All are great ways of impressing the judges. Moreover, students obtain valuable marketable skills by way of hands-on experience with COTS devices and technologies used in the industry.

Note

Per GM1 it is perfectly legal to use a PCA9685 for competition, however you are only allowed to use it to control LEDs:

Four Common Cathode RGB LEDs connected to 12 channels of a PCA9685. The PCA9685 limits the current draw of each channel to 20 mA. Frame frequency is 100 Hz.

Coming Soon

Thanks to the OctoQuad from @DigitalChickenLabs, you can reclaim both REV Control Hub and REV Expansion Hub for as little as $150.

A fantastic project for the pre-season. PLUS much more!

[gearsincorg]

A Brillant idea!

Our outreach robot (demobot) is always the first to suffer when we need spare parts.

Glad you included the OctoQuad. It can be used (out of the box) to add encoders to a ControlHub in a outreach bot.
This lets you keep your Motor and Odometry encoders connected.

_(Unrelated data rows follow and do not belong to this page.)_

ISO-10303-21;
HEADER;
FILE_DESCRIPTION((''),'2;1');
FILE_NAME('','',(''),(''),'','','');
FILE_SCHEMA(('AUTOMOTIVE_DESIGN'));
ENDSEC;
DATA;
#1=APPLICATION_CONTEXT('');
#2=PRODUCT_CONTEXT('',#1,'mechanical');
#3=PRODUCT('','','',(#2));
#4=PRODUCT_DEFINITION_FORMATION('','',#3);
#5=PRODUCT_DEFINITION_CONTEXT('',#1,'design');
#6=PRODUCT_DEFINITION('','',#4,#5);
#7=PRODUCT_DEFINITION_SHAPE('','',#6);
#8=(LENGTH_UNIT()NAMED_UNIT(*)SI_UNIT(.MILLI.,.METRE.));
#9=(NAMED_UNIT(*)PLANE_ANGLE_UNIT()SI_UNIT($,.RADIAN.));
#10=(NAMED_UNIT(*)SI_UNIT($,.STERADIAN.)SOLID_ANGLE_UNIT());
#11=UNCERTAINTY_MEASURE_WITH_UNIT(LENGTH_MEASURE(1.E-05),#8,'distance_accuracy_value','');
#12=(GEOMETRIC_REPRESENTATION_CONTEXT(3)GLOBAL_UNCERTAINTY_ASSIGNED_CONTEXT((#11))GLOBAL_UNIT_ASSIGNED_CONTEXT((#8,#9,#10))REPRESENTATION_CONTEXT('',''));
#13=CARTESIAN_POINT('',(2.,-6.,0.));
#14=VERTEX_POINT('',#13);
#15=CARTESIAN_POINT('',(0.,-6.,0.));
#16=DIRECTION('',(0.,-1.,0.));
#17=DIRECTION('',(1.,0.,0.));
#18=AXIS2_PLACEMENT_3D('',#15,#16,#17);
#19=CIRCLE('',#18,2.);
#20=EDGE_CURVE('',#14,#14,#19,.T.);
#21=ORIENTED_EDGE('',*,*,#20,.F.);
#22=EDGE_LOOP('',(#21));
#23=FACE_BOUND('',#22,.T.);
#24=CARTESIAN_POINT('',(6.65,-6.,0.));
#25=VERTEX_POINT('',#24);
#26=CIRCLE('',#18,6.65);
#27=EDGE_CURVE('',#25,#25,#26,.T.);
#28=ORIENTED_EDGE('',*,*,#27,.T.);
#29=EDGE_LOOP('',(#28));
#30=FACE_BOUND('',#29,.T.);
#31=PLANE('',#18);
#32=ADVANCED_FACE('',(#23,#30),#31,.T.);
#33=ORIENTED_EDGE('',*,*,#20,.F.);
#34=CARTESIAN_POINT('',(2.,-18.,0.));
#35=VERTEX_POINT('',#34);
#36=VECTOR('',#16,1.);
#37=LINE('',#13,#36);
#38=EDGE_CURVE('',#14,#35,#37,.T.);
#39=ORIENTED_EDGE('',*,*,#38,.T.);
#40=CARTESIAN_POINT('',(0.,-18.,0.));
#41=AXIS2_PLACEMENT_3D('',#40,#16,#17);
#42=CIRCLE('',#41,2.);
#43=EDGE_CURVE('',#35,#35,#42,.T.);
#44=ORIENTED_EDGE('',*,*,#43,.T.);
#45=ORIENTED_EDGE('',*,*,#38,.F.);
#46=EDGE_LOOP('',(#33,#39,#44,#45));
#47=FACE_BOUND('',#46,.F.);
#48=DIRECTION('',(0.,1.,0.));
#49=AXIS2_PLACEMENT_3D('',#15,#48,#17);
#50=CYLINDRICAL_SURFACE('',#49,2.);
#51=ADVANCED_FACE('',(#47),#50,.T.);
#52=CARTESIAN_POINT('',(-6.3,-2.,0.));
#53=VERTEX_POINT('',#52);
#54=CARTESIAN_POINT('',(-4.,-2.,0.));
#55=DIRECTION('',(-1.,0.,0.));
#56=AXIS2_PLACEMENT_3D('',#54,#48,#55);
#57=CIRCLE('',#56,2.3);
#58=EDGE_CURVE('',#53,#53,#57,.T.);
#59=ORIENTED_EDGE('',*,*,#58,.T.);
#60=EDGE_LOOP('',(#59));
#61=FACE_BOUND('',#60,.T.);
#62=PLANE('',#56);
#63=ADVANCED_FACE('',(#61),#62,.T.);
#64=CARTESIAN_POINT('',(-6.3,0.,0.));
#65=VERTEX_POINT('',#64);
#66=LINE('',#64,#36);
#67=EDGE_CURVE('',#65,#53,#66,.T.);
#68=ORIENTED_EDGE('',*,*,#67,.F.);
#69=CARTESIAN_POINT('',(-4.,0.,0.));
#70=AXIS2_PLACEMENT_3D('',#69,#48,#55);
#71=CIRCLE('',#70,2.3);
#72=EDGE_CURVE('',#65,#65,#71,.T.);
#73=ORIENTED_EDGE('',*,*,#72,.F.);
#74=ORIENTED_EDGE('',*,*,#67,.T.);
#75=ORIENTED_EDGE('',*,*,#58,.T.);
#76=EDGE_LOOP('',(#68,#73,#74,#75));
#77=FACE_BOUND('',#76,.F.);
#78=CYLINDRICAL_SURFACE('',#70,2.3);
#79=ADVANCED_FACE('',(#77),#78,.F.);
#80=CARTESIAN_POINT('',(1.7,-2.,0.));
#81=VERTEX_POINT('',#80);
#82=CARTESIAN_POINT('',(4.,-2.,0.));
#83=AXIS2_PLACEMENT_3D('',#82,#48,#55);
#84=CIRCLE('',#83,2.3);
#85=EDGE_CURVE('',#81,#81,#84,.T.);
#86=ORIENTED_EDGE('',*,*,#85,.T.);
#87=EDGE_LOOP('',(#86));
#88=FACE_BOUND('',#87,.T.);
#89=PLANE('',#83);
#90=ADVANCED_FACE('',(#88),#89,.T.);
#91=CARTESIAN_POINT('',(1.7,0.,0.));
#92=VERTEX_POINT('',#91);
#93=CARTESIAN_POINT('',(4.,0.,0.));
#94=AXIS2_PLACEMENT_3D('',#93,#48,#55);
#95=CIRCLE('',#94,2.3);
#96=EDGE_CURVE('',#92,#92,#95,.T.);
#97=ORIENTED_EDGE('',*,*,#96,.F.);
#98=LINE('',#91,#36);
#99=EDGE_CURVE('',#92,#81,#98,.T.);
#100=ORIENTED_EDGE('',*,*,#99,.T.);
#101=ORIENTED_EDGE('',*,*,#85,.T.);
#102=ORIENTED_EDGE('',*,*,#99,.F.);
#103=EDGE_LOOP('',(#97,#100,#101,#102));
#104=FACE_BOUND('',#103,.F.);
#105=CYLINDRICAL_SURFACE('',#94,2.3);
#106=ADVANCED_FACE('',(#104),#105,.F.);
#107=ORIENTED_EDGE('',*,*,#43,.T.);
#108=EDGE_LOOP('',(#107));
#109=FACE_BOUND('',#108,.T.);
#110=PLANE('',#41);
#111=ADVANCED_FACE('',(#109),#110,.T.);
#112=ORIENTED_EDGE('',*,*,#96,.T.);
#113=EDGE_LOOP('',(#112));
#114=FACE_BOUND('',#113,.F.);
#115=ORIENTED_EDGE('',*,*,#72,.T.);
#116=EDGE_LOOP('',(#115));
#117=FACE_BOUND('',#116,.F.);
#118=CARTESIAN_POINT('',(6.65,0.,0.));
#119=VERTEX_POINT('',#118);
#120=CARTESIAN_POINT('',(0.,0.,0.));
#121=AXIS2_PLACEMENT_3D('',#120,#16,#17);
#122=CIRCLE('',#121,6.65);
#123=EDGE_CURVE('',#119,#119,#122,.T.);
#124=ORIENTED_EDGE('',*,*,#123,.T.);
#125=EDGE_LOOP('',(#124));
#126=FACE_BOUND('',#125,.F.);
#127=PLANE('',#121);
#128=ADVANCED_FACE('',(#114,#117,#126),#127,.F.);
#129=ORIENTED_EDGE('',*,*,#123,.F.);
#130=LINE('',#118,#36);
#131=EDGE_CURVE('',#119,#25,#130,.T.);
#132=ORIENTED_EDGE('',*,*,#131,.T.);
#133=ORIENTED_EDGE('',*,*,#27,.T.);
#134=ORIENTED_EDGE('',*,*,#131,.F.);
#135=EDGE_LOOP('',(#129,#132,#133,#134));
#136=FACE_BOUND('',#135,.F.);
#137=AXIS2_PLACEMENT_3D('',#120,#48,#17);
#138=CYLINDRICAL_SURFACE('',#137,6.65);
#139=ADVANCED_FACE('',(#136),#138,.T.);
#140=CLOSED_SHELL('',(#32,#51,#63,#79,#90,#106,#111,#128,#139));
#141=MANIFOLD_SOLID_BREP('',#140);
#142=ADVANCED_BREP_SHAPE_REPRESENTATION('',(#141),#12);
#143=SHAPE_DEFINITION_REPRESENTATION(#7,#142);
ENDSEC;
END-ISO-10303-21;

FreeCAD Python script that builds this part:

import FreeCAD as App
import Part
import Sketcher

doc = App.newDocument("Part")
body = doc.addObject("PartDesign::Body", "Body")

# Sketch on XZ plane
sketch1 = body.newObject("Sketcher::SketchObject", "Sketch")
sketch1.AttachmentSupport = (doc.getObject("XZ_Plane"), [""])
sketch1.MapMode = "FlatFace"
sketch1.addGeometry(Part.Circle(App.Vector(0, 0, 0), App.Vector(0, 0, 1), 6.65), False)
sketch1.addConstraint([
    Sketcher.Constraint("Coincident", 0, 3, -1, 1),
    Sketcher.Constraint("Diameter", 0, 13.3),
])
pad1 = body.newObject("PartDesign::Pad", "Pad")
pad1.Profile = sketch1
pad1.Length = 6

# Sketch on XZ plane
sketch2 = body.newObject("Sketcher::SketchObject", "Sketch001")
sketch2.AttachmentSupport = (doc.getObject("XZ_Plane"), [""])
sketch2.MapMode = "FlatFace"
sketch2.AttachmentOffset = App.Placement(App.Vector(0, 0, 6), App.Rotation())
sketch2.addGeometry(Part.Circle(App.Vector(0, 0, 0), App.Vector(0, 0, 1), 2), False)
sketch2.addConstraint([
    Sketcher.Constraint("Coincident", 0, 3, -1, 1),
    Sketcher.Constraint("Diameter", 0, 4.0),
])
pad2 = body.newObject("PartDesign::Pad", "Pad001")
pad2.Profile = sketch2
pad2.Length = 12

# Sketch on XZ plane
sketch3 = body.newObject("Sketcher::SketchObject", "Sketch002")
sketch3.AttachmentSupport = (doc.getObject("XZ_Plane"), [""])
sketch3.MapMode = "FlatFace"
sketch3.addGeometry([
    Part.Circle(App.Vector(4, 0, 0), App.Vector(0, 0, 1), 2.3),
    Part.Circle(App.Vector(-4, 0, 0), App.Vector(0, 0, 1), 2.3),
], False)
sketch3.addConstraint([
    Sketcher.Constraint("Equal", 0, 1),
    Sketcher.Constraint("Symmetric", 0, 3, 1, 3, -1, 1),
    Sketcher.Constraint("PointOnObject", 0, 3, -1),
    Sketcher.Constraint("Diameter", 0, 4.6),
    Sketcher.Constraint("DistanceX", -1, 1, 0, 3, 4.0),
])
pocket1 = body.newObject("PartDesign::Pocket", "Pocket")
pocket1.Profile = sketch3
pocket1.Length = 2
pocket1.Reversed = True

doc.recompute()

There's even a tutorial for doing it here: https://github.com/DigitalChickenLabs/OctoQuadFtcDriver/tree/master/tutorials

[texasdiaz]

I presume you're using the REV Control Hub or some other platform with an I2C interface to drive this stack? Do you have sample drivers for this?

[AlecHub]

Good questions... I've tested all three PCA9685 boards depicted in my images (addresses 0x42, 0x43, 0x44) connected to:

• One of the I2C busses of the Control Hub
• A USB to I2C Adapter connected to:
  • A USB port of a Control Hub
  • The USB port of a Robot Controller Phone
  • A USB Hub connected to:
    • A USB port of a Control Hub
    • The USB port of a Robot Controller Phone
  • A USB Hub with other connected USB to I2C Adapters connected to:
    • A USB port of a Control Hub
    • The USB port of a Robot Controller Phone

Yes, a Robot Controller Phone that has multiple I2C busses (and SPI busses).

Any USB to I2C Adapter should work. I've tested several CH341 and FT232H based adapters. I have no doubt that the CP2112 based adapters will also work flawlessly.

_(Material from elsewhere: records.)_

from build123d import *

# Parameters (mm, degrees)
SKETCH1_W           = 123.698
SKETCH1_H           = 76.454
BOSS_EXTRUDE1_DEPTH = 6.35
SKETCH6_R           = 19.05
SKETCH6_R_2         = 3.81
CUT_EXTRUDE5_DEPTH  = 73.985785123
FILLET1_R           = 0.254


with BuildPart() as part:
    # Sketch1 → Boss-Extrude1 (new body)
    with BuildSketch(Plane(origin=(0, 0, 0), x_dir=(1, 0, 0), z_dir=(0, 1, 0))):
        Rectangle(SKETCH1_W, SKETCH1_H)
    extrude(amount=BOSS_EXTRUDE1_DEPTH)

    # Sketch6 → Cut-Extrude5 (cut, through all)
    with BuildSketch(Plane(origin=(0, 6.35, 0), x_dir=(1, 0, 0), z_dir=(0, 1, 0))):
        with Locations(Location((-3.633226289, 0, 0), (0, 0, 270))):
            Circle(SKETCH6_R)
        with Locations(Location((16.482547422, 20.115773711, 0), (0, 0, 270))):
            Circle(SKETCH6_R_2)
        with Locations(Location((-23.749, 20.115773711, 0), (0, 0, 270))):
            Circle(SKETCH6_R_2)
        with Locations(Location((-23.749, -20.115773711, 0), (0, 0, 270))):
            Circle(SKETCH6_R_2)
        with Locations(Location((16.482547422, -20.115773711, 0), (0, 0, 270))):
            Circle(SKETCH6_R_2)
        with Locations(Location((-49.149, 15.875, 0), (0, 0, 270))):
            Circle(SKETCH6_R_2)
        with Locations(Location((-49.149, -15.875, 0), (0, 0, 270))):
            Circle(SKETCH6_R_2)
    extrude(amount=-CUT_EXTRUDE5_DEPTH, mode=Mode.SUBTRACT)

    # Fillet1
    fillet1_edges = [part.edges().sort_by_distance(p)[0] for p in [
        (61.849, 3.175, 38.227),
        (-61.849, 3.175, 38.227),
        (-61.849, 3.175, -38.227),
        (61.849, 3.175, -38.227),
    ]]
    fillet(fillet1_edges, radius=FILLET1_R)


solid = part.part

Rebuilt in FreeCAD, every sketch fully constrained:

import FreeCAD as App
import Part
import Sketcher

V = App.Vector
Q = App.Units.Quantity


def edges_at(feature, points):
    """Names of the edges that pass closest to the given points."""
    edges = feature.Shape.Edges
    near = lambda p: min(range(len(edges)), key=lambda i: edges[i].distToShape(Part.Vertex(*p))[0])
    return sorted({f"Edge{near(p) + 1}" for p in points})


def add_polygon(sketch, points):
    """Adds a closed chain of lines whose ends are joined by coincident constraints."""
    first, n = sketch.GeometryCount, len(points)
    for a, b in zip(points, points[1:] + points[:1]):
        sketch.addGeometry(Part.LineSegment(App.Vector(*a, 0), App.Vector(*b, 0)), False)
    for i in range(n):
        sketch.addConstraint(Sketcher.Constraint("Coincident", first + i, 2, first + (i + 1) % n, 1))

doc = App.newDocument("Part")
params = doc.addObject("Spreadsheet::Sheet", "Params")
for row, (alias, value) in enumerate([
    ("sketch1_width", "4.87 in"),
    ("sketch1_height", "3.01 in"),
    ("pad1_length", "0.25 in"),
    ("sketch2_diameter", "1.5 in"),
    ("sketch2_diameter2", "0.3 in"),
    ("fillet_radius", "0.01 in"),
], start=1):
    params.set(f"A{row}", alias)
    params.set(f"B{row}", "=" + value)
    params.setAlias(f"B{row}", alias)

body = doc.addObject("PartDesign::Body", "Body")

# Sketch on XZ plane
sketch1 = body.newObject("Sketcher::SketchObject", "Sketch")
sketch1.AttachmentSupport = (doc.getObject("XZ_Plane"), [""])
sketch1.MapMode = "FlatFace"
add_polygon(sketch1, [(-61.849, -38.227), (-61.849, 38.227), (61.849, 38.227), (61.849, -38.227)])  # lines 0-3
sketch1.addConstraint([
    Sketcher.Constraint("Vertical", 0),
    Sketcher.Constraint("Horizontal", 1),
    Sketcher.Constraint("Vertical", 2),
    Sketcher.Constraint("Horizontal", 3),
    Sketcher.Constraint("Symmetric", 0, 2, 2, 2, -1, 1),
    Sketcher.Constraint("DistanceX", 1, 1, 1, 2, Q("4.87 in")),
    Sketcher.Constraint("DistanceY", 0, 1, 0, 2, Q("3.01 in")),
])
sketch1.setExpression("Constraints[9]", "Params.sketch1_width")
sketch1.setExpression("Constraints[10]", "Params.sketch1_height")
pad1 = body.newObject("PartDesign::Pad", "Pad")
pad1.Profile = sketch1
pad1.setExpression("Length", "Params.pad1_length")
pad1.Reversed = True

# Sketch on XZ plane
sketch2 = body.newObject("Sketcher::SketchObject", "Sketch001")
sketch2.AttachmentSupport = (doc.getObject("XZ_Plane"), [""])
sketch2.MapMode = "FlatFace"
sketch2.AttachmentOffset = App.Placement(V(0, 0, -0.25 * 25.4), App.Rotation())
sketch2.addGeometry([
    Part.Circle(V(-3.633226, 0, 0), V(0, 0, 1), 19.05),  # 0
    Part.Circle(V(16.482547, -20.115774, 0), V(0, 0, 1), 3.81),  # 1
    Part.Circle(V(-23.749, -20.115774, 0), V(0, 0, 1), 3.81),  # 2
    Part.Circle(V(-23.749, 20.115774, 0), V(0, 0, 1), 3.81),  # 3
    Part.Circle(V(16.482547, 20.115774, 0), V(0, 0, 1), 3.81),  # 4
    Part.Circle(V(-49.149, -15.875, 0), V(0, 0, 1), 3.81),  # 5
    Part.Circle(V(-49.149, 15.875, 0), V(0, 0, 1), 3.81),  # 6
], False)
sketch2.addConstraint([
    Sketcher.Constraint("Equal", 1, 2),
    Sketcher.Constraint("Equal", 2, 3),
    Sketcher.Constraint("Equal", 3, 4),
    Sketcher.Constraint("Equal", 4, 5),
    Sketcher.Constraint("Equal", 5, 6),
    Sketcher.Constraint("Symmetric", 2, 3, 3, 3, -1),
    Sketcher.Constraint("Symmetric", 1, 3, 4, 3, -1),
    Sketcher.Constraint("Symmetric", 5, 3, 6, 3, -1),
    Sketcher.Constraint("PointOnObject", 0, 3, -1),
    Sketcher.Constraint("Horizontal", 1, 3, 2, 3),
    Sketcher.Constraint("Diameter", 0, Q("1.5 in")),
    Sketcher.Constraint("Diameter", 1, Q("0.3 in")),
    Sketcher.Constraint("DistanceX", 5, 3, 2, 3, Q("1 in")),
    Sketcher.Constraint("DistanceY", 5, 3, 6, 3, Q("1.25 in")),
    Sketcher.Constraint("DistanceX", 2, 3, -1, 1, Q("0.935 in")),
    Sketcher.Constraint("DistanceX", 0, 3, -1, 1, 3.633226),
    Sketcher.Constraint("DistanceX", -1, 1, 1, 3, 16.482547),
    Sketcher.Constraint("DistanceY", 1, 3, -1, 1, 20.115774),
])
sketch2.setExpression("Constraints[10]", "Params.sketch2_diameter")
sketch2.setExpression("Constraints[11]", "Params.sketch2_diameter2")
pocket1 = body.newObject("PartDesign::Pocket", "Pocket")
pocket1.Profile = sketch2
pocket1.Type = "ThroughAll"
pocket1.Reversed = True
doc.recompute()

fillet = body.newObject("PartDesign::Fillet", "Fillet")
fillet.Base = (pocket1, edges_at(pocket1, [
    (61.849, 3.175, 38.227),
    (-61.849, 3.175, 38.227),
    (-61.849, 3.175, -38.227),
    (61.849, 3.175, -38.227),
]))
fillet.setExpression("Radius", "Params.fillet_radius")

doc.recompute()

Thank you @3cky for your awesome usb-i2c-android library!!! It is a pleasure to work with your API, especially the UsbI2cManager.getAdapters() enumeration function.

As for the PCA9685 driver, there are hundreds of interface classes on Github, some even in java. I feel it would be a beneficial exercise for students to port one of those classes to a I2cDeviceSynchDevice<I2cDeviceSynch> driver.

Coming Soon: USB to SPI via the same multi-protocol USB to I2C Adapters mentioned above.